Task item:
Report the lines of the data below that contain the string "BuildSketch".

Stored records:
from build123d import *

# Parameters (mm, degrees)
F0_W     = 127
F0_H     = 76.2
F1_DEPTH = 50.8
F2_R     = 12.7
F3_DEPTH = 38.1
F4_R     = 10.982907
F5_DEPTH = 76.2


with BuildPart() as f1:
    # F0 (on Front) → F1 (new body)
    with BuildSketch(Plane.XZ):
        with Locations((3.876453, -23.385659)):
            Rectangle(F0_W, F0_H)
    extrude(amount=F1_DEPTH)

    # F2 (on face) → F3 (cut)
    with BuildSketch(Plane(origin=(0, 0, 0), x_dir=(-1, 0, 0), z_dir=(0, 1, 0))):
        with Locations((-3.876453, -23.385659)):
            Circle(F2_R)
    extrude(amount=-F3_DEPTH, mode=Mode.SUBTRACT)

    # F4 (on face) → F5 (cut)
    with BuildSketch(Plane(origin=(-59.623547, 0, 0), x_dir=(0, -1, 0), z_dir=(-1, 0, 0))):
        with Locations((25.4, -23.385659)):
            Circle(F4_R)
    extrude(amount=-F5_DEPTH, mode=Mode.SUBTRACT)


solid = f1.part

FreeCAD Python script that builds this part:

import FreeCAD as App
import Part
import Sketcher

V = App.Vector
Q = App.Units.Quantity

doc = App.newDocument("Part")
body = doc.addObject("PartDesign::Body", "Body")

sketch1 = doc.addObject("Sketcher::SketchObject", "Sketch")
body.addObject(sketch1)
sketch1.AttachmentSupport = (doc.XZ_Plane, [""])
sketch1.MapMode = "FlatFace"
sketch1.addGeometry([
    Part.LineSegment(V(-60, 15, 0), V(-60, -61, 0)),
    Part.LineSegment(V(-60, -61, 0), V(67, -61, 0)),
    Part.LineSegment(V(67, -61, 0), V(67, 15, 0)),
    Part.LineSegment(V(67, 15, 0), V(-60, 15, 0)),
], False)
sketch1.addConstraint([
    Sketcher.Constraint("Coincident", 0, 2, 1, 1),
    Sketcher.Constraint("Coincident", 1, 2, 2, 1),
    Sketcher.Constraint("Coincident", 2, 2, 3, 1),
    Sketcher.Constraint("Coincident", 3, 2, 0, 1),
    Sketcher.Constraint("Vertical", 0),
    Sketcher.Constraint("Horizontal", 1),
    Sketcher.Constraint("Vertical", 2),
    Sketcher.Constraint("Horizontal", 3),
    Sketcher.Constraint("DistanceX", 1, 1, 1, 2, Q("5 in")),
    Sketcher.Constraint("DistanceY", 0, 2, 0, 1, Q("3 in")),
    Sketcher.Constraint("DistanceY", 0, 2, -1, 1, 61.485659),
    Sketcher.Constraint("DistanceX", 0, 2, -1, 1, 59.623547),
])
pad1 = doc.addObject("PartDesign::Pad", "Pad")
body.addObject(pad1)
pad1.Profile = sketch1
pad1.Length = Q("2 in")

sketch2 = doc.addObject("Sketcher::SketchObject", "Sketch001")
body.addObject(sketch2)
sketch2.AttachmentSupport = (doc.XZ_Plane, [""])
sketch2.MapMode = "FlatFace"
sketch2.addGeometry(Part.Circle(V(4, -23, 0), V(0, 0, 1), 13), False)
sketch2.addConstraint([
    Sketcher.Constraint("Diameter", 0, Q("1 in")),
    Sketcher.Constraint("DistanceY", 0, 3, -1, 1, 23.385659),
    Sketcher.Constraint("DistanceX", -1, 1, 0, 3, 3.876453),
])
pocket1 = doc.addObject("PartDesign::Pocket", "Pocket")
body.addObject(pocket1)
pocket1.Profile = sketch2
pocket1.Length = Q("1.5 in")
pocket1.Reversed = True

sketch3 = doc.addObject("Sketcher::SketchObject", "Sketch002")
body.addObject(sketch3)
sketch3.AttachmentSupport = (doc.YZ_Plane, [""])
sketch3.MapMode = "FlatFace"
sketch3.AttachmentOffset = App.Placement(V(0, 0, -59.623547), App.Rotation())
sketch3.addGeometry(Part.Circle(V(-25, -23, 0), V(0, 0, 1), 11), False)
sketch3.addConstraint([
    Sketcher.Constraint("DistanceX", 0, 3, -1, 1, Q("1 in")),
    Sketcher.Constraint("Diameter", 0, 21.965814),
    Sketcher.Constraint("DistanceY", 0, 3, -1, 1, 23.385659),
])
pocket2 = doc.addObject("PartDesign::Pocket", "Pocket001")
body.addObject(pocket2)
pocket2.Profile = sketch3
pocket2.Length = Q("3 in")
pocket2.Reversed = True

doc.recompute()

Reply:
    with BuildSketch(Plane.XZ):
    with BuildSketch(Plane(origin=(0, 0, 0), x_dir=(-1, 0, 0), z_dir=(0, 1, 0))):
    with BuildSketch(Plane(origin=(-59.623547, 0, 0), x_dir=(0, -1, 0), z_dir=(-1, 0, 0))):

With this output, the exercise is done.